My questions are--how is the system particularly vulnerable (as in, this system in this industry above and beyond any other) to the possibility? How does it inherently hide its own vulnerability different from any other client communication that happens every day? And is this something that's happening, or is it a potential problem, again like any other in this industry or any other?
Is this theory or practice? If it is theory, is this a particularly threatening theory? What sets it apart, or is the system/industry rife, and this is just one more example?
It seems to me to be an assurance, so I don't understand how it's flipped to a problem here.
I also think you are missing the wider point here. I actually think it unlikely a credit scoring company sends an incomplete version of the report or one different from the one they usually send. I don't see a strong incentive to do this. Sean has kind of dropped this point as well, though he may still believe it more likely than I do.
However I think his wider points are right on.
1) Credit scores can be incredibly inaccurate. The procedures for correcting them make it extremely difficult to for corrections to stick. And the credit scoring companies have little incentive to fix that. Also one point about it being hard to correct an error a collection agency stands behind is that collection agencies are big customers for credit scoring companies, unlike the person being scored.
2) Credit scores are an awful basis for making hiring decisions. A poor credit score really is not evidence someone will be careless in their work, or likely to steal or be dishonest.
3) Credit scores are an even worse basis on which to base insurance decisions.
I also think you are missing the wider point here
I haven't espoused an opinion on the wider point in quite a while. So I'm not sure what position you think I have on it.
I have a specific point I want clarification on. That's all I'm going on record with. The rest you're inferring, and I don't consider myself bound by your interpretation in any way until I start discussing it.
Sean, I think this falls under the rubric of "never attribute to malice what can be explained by stupidity." The credit bureaus have data on millions of people that comes from any number of institutions whose accuracy is suspect, and they have no incentive to notice that the person linked to the information can't be 87 or have defaulted on a plane in Alaska. If you want to know how your credit score is figured, go to MyFico [link]
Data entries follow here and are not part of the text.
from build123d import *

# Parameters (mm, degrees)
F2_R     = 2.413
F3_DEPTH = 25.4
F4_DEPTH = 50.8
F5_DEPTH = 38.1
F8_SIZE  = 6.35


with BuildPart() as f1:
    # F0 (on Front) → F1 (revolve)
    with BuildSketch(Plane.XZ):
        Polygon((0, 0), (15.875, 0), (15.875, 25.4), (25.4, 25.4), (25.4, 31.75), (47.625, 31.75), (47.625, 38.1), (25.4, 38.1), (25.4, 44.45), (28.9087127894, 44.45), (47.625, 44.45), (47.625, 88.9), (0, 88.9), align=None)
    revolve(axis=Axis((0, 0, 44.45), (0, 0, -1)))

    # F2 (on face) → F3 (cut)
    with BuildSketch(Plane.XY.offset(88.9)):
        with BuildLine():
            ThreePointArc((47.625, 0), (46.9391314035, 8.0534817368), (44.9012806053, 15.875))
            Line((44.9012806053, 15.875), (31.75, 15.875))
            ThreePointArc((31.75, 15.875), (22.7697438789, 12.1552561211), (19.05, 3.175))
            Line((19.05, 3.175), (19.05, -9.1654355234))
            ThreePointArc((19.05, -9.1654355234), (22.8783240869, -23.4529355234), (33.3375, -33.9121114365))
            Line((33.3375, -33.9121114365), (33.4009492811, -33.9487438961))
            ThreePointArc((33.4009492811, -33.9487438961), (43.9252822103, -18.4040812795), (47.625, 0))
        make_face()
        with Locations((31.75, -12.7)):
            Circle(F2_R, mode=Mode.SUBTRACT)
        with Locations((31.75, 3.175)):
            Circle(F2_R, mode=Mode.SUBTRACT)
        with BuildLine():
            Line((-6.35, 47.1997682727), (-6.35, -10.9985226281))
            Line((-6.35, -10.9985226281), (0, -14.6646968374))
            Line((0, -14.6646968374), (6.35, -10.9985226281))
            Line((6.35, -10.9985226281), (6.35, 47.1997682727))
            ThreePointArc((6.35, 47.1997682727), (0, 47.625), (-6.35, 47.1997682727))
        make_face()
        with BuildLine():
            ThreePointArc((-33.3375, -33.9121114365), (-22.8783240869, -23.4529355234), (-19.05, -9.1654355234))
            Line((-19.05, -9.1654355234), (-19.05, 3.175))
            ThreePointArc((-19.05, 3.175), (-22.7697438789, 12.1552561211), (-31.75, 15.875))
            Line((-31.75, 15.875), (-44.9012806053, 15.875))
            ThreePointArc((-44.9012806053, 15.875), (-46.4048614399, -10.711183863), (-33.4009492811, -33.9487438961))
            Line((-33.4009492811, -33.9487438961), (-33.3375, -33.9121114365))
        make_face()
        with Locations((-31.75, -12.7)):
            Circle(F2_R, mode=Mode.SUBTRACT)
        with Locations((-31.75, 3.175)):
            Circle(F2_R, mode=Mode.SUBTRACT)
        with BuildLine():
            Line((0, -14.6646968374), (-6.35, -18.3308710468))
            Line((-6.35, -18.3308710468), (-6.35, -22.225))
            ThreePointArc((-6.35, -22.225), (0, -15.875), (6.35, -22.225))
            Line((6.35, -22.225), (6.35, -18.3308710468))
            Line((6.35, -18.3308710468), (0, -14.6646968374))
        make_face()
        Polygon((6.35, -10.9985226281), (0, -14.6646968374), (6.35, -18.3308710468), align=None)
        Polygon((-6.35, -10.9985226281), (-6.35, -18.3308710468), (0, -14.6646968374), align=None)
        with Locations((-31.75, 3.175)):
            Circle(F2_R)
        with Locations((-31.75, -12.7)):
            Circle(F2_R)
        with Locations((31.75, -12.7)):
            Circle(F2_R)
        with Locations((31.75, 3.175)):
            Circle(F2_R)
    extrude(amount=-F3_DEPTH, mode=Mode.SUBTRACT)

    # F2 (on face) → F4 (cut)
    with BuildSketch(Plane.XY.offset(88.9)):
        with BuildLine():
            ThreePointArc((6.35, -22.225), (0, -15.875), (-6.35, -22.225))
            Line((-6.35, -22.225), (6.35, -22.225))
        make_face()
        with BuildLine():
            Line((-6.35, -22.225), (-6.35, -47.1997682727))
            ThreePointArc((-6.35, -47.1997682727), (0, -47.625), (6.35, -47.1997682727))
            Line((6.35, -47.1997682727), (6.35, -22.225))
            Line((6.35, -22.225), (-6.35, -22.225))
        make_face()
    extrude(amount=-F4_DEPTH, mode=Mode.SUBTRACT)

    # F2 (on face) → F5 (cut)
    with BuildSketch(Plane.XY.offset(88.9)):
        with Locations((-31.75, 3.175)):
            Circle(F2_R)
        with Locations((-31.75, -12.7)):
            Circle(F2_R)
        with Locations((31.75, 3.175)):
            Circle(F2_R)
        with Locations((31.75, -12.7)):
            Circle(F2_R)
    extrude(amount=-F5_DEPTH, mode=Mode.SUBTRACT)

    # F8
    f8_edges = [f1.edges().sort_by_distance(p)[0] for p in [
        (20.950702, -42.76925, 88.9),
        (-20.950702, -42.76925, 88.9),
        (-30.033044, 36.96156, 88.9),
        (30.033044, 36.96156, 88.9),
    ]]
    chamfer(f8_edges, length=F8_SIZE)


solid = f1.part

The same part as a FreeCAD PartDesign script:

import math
import FreeCAD as App
import Part
import Sketcher

V = App.Vector
Q = App.Units.Quantity


def edges_at(feature, points):
    """Names of the edges that pass closest to the given points."""
    edges = feature.Shape.Edges
    near = lambda p: min(range(len(edges)), key=lambda i: edges[i].distToShape(Part.Vertex(*p))[0])
    return sorted({f"Edge{near(p) + 1}" for p in points})

doc = App.newDocument("Part")
body = doc.addObject("PartDesign::Body", "Body")

sketch1 = body.newObject("Sketcher::SketchObject", "Sketch")
sketch1.AttachmentSupport = (doc.getObject("XZ_Plane"), [""])
sketch1.MapMode = "FlatFace"
sketch1.addGeometry(Part.LineSegment(V(0, 0, 0), V(15.875, 0, 0)), False)
sketch1.addGeometry(Part.LineSegment(V(15.875, 0, 0), V(15.875, 25.4, 0)), False)
sketch1.addGeometry(Part.LineSegment(V(15.875, 25.4, 0), V(25.4, 25.4, 0)), False)
sketch1.addGeometry(Part.LineSegment(V(25.4, 25.4, 0), V(25.4, 31.75, 0)), False)
sketch1.addGeometry(Part.LineSegment(V(25.4, 31.75, 0), V(47.625, 31.75, 0)), False)
sketch1.addGeometry(Part.LineSegment(V(47.625, 31.75, 0), V(47.625, 38.1, 0)), False)
sketch1.addGeometry(Part.LineSegment(V(47.625, 38.1, 0), V(25.4, 38.1, 0)), False)
sketch1.addGeometry(Part.LineSegment(V(25.4, 38.1, 0), V(25.4, 44.45, 0)), False)
sketch1.addGeometry(Part.LineSegment(V(25.4, 44.45, 0), V(47.625, 44.45, 0)), False)
sketch1.addGeometry(Part.LineSegment(V(47.625, 44.45, 0), V(47.625, 88.9, 0)), False)
sketch1.addGeometry(Part.LineSegment(V(47.625, 88.9, 0), V(0, 88.9, 0)), False)
sketch1.addGeometry(Part.LineSegment(V(0, 88.9, 0), V(0, 0, 0)), False)
sketch1.addConstraint(Sketcher.Constraint("Coincident", 0, 2, 1, 1))
sketch1.addConstraint(Sketcher.Constraint("Coincident", 1, 2, 2, 1))
sketch1.addConstraint(Sketcher.Constraint("Coincident", 2, 2, 3, 1))
sketch1.addConstraint(Sketcher.Constraint("Coincident", 3, 2, 4, 1))
sketch1.addConstraint(Sketcher.Constraint("Coincident", 4, 2, 5, 1))
sketch1.addConstraint(Sketcher.Constraint("Coincident", 5, 2, 6, 1))
sketch1.addConstraint(Sketcher.Constraint("Coincident", 6, 2, 7, 1))
sketch1.addConstraint(Sketcher.Constraint("Coincident", 7, 2, 8, 1))
sketch1.addConstraint(Sketcher.Constraint("Coincident", 8, 2, 9, 1))
sketch1.addConstraint(Sketcher.Constraint("Coincident", 9, 2, 10, 1))
sketch1.addConstraint(Sketcher.Constraint("Coincident", 10, 2, 11, 1))
sketch1.addConstraint(Sketcher.Constraint("Coincident", 11, 2, 0, 1))
sketch1.addConstraint(Sketcher.Constraint("Horizontal", 0))
sketch1.addConstraint(Sketcher.Constraint("Vertical", 1))
sketch1.addConstraint(Sketcher.Constraint("Horizontal", 2))
sketch1.addConstraint(Sketcher.Constraint("Vertical", 3))
sketch1.addConstraint(Sketcher.Constraint("Horizontal", 4))
sketch1.addConstraint(Sketcher.Constraint("Vertical", 5))
sketch1.addConstraint(Sketcher.Constraint("Horizontal", 6))
sketch1.addConstraint(Sketcher.Constraint("Vertical", 7))
sketch1.addConstraint(Sketcher.Constraint("Horizontal", 8))
sketch1.addConstraint(Sketcher.Constraint("Vertical", 9))
sketch1.addConstraint(Sketcher.Constraint("Horizontal", 10))
sketch1.addConstraint(Sketcher.Constraint("Vertical", 11))
sketch1.addConstraint(Sketcher.Constraint("Coincident", 11, 2, -1, 1))
sketch1.addConstraint(Sketcher.Constraint("Vertical", 3, 2, 6, 2))
sketch1.addConstraint(Sketcher.Constraint("Vertical", 5, 2, 8, 2))
sketch1.addConstraint(Sketcher.Constraint("Equal", 3, 5))
sketch1.addConstraint(Sketcher.Constraint("Equal", 5, 7))
sketch1.addConstraint(Sketcher.Constraint("DistanceY", 1, 1, 1, 2, Q("1 in")))
sketch1.addConstraint(Sketcher.Constraint("DistanceY", 11, 2, 11, 1, Q("3.5 in")))
sketch1.addConstraint(Sketcher.Constraint("DistanceX", -1, 1, 2, 2, Q("1 in")))
sketch1.addConstraint(Sketcher.Constraint("DistanceY", 5, 2, 9, 2, Q("2 in")))
sketch1.addConstraint(Sketcher.Constraint("DistanceX", 0, 1, 0, 2, Q("0.625 in")))
sketch1.addConstraint(Sketcher.Constraint("DistanceX", 4, 1, 4, 2, Q("0.875 in")))
revolution = body.newObject("PartDesign::Revolution", "Revolution")
revolution.Profile = sketch1
revolution.ReferenceAxis = (sketch1, ["V_Axis"])
revolution.Angle = 360

sketch2 = body.newObject("Sketcher::SketchObject", "Sketch001")
sketch2.AttachmentSupport = (doc.getObject("XY_Plane"), [""])
sketch2.MapMode = "FlatFace"
sketch2.AttachmentOffset = App.Placement(V(0, 0, 3.5 * 25.4), App.Rotation())
sketch2.addGeometry(Part.ArcOfCircle(Part.Circle(V(0, 0, 0), V(0, 0, 1), 47.625), math.radians(0), math.radians(19.471221)), False)
sketch2.addGeometry(Part.LineSegment(V(44.901281, 15.875, 0), V(31.75, 15.875, 0)), False)
sketch2.addGeometry(Part.ArcOfCircle(Part.Circle(V(31.75, 3.175, 0), V(0, 0, 1), 12.7), math.radians(90), math.radians(180)), False)
sketch2.addGeometry(Part.LineSegment(V(19.05, 3.175, 0), V(19.05, -9.165436, 0)), False)
sketch2.addGeometry(Part.ArcOfCircle(Part.Circle(V(47.625, -9.165436, 0), V(0, 0, 1), 28.575), math.radians(180), math.radians(240)), False)
sketch2.addGeometry(Part.LineSegment(V(33.3375, -33.912111, 0), V(33.400949, -33.948744, 0)), False)
sketch2.addGeometry(Part.ArcOfCircle(Part.Circle(V(0, 0, 0), V(0, 0, 1), 47.625), math.radians(-45.46601), math.radians(0)), False)
sketch2.addGeometry(Part.LineSegment(V(-6.35, 47.199768, 0), V(-6.35, -22.225, 0)), False)
sketch2.addGeometry(Part.ArcOfCircle(Part.Circle(V(0, -22.225, 0), V(0, 0, 1), 6.35), math.radians(0), math.radians(180)), False)
sketch2.addGeometry(Part.LineSegment(V(6.35, -22.225, 0), V(6.35, 47.199768, 0)), False)
sketch2.addGeometry(Part.ArcOfCircle(Part.Circle(V(0, 0, 0), V(0, 0, 1), 47.625), math.radians(82.337744), math.radians(97.662256)), False)
sketch2.addGeometry(Part.ArcOfCircle(Part.Circle(V(-47.625, -9.165436, 0), V(0, 0, 1), 28.575), math.radians(-60), math.radians(0)), False)
sketch2.addGeometry(Part.LineSegment(V(-19.05, -9.165436, 0), V(-19.05, 3.175, 0)), False)
sketch2.addGeometry(Part.ArcOfCircle(Part.Circle(V(-31.75, 3.175, 0), V(0, 0, 1), 12.7), math.radians(0), math.radians(90)), False)
sketch2.addGeometry(Part.LineSegment(V(-31.75, 15.875, 0), V(-44.901281, 15.875, 0)), False)
sketch2.addGeometry(Part.ArcOfCircle(Part.Circle(V(0, 0, 0), V(0, 0, 1), 47.625), math.radians(160.528779), math.radians(225.46601)), False)
sketch2.addGeometry(Part.LineSegment(V(-33.400949, -33.948744, 0), V(-33.3375, -33.912111, 0)), False)
sketch2.addConstraint(Sketcher.Constraint("Coincident", 0, 2, 1, 1))
sketch2.addConstraint(Sketcher.Constraint("Tangent", 1, 2, 2, 1))
sketch2.addConstraint(Sketcher.Constraint("Tangent", 2, 2, 3, 1))
sketch2.addConstraint(Sketcher.Constraint("Tangent", 3, 2, 4, 1))
sketch2.addConstraint(Sketcher.Constraint("Tangent", 4, 2, 5, 1))
sketch2.addConstraint(Sketcher.Constraint("Coincident", 5, 2, 6, 1))
sketch2.addConstraint(Sketcher.Constraint("Tangent", 6, 2, 0, 1))
sketch2.addConstraint(Sketcher.Constraint("Tangent", 7, 2, 8, 2))
sketch2.addConstraint(Sketcher.Constraint("Tangent", 8, 1, 9, 1))
sketch2.addConstraint(Sketcher.Constraint("Coincident", 9, 2, 10, 1))
sketch2.addConstraint(Sketcher.Constraint("Coincident", 10, 2, 7, 1))
sketch2.addConstraint(Sketcher.Constraint("Tangent", 11, 2, 12, 1))
sketch2.addConstraint(Sketcher.Constraint("Tangent", 12, 2, 13, 1))
sketch2.addConstraint(Sketcher.Constraint("Tangent", 13, 2, 14, 1))
sketch2.addConstraint(Sketcher.Constraint("Coincident", 14, 2, 15, 1))
sketch2.addConstraint(Sketcher.Constraint("Coincident", 15, 2, 16, 1))
sketch2.addConstraint(Sketcher.Constraint("Tangent", 16, 2, 11, 1))
sketch2.addConstraint(Sketcher.Constraint("Horizontal", 1))
sketch2.addConstraint(Sketcher.Constraint("Vertical", 3))
sketch2.addConstraint(Sketcher.Constraint("Vertical", 7))
sketch2.addConstraint(Sketcher.Constraint("Vertical", 9))
sketch2.addConstraint(Sketcher.Constraint("Vertical", 12))
sketch2.addConstraint(Sketcher.Constraint("Horizontal", 14))
sketch2.addConstraint(Sketcher.Constraint("Coincident", 0, 3, -1, 1))
sketch2.addConstraint(Sketcher.Constraint("Coincident", 10, 3, -1, 1))
sketch2.addConstraint(Sketcher.Constraint("Coincident", 15, 3, -1, 1))
sketch2.addConstraint(Sketcher.Constraint("Equal", 0, 6))
sketch2.addConstraint(Sketcher.Constraint("Equal", 6, 10))
sketch2.addConstraint(Sketcher.Constraint("Equal", 4, 11))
I loathe the whole system, but in terms of your concerns, I really don't believe someone could successfully fiddle the scores of one individual with malicious intent on three separate credit bureaus.
My credit report still shows an IRS tax lien that was paid off in 1997. It still shows that my name used to be Elizabeth Wright and I lived on an Army base. (Neither is true, but I can't prove I *wasn't* and *didn't*.) It does not show my mortgage, which I've had for three years. I asked my bank about that and they shrugged and basically said it wasn't their problem. I think that the three credit score companies compare their records, and if you get a bad thing fixed on one score but not another, the company just picks up the bad thing again the next time they compare notes. The companies actually have no incentive to get it right. Getting it right only benefits us, and we are not their customers.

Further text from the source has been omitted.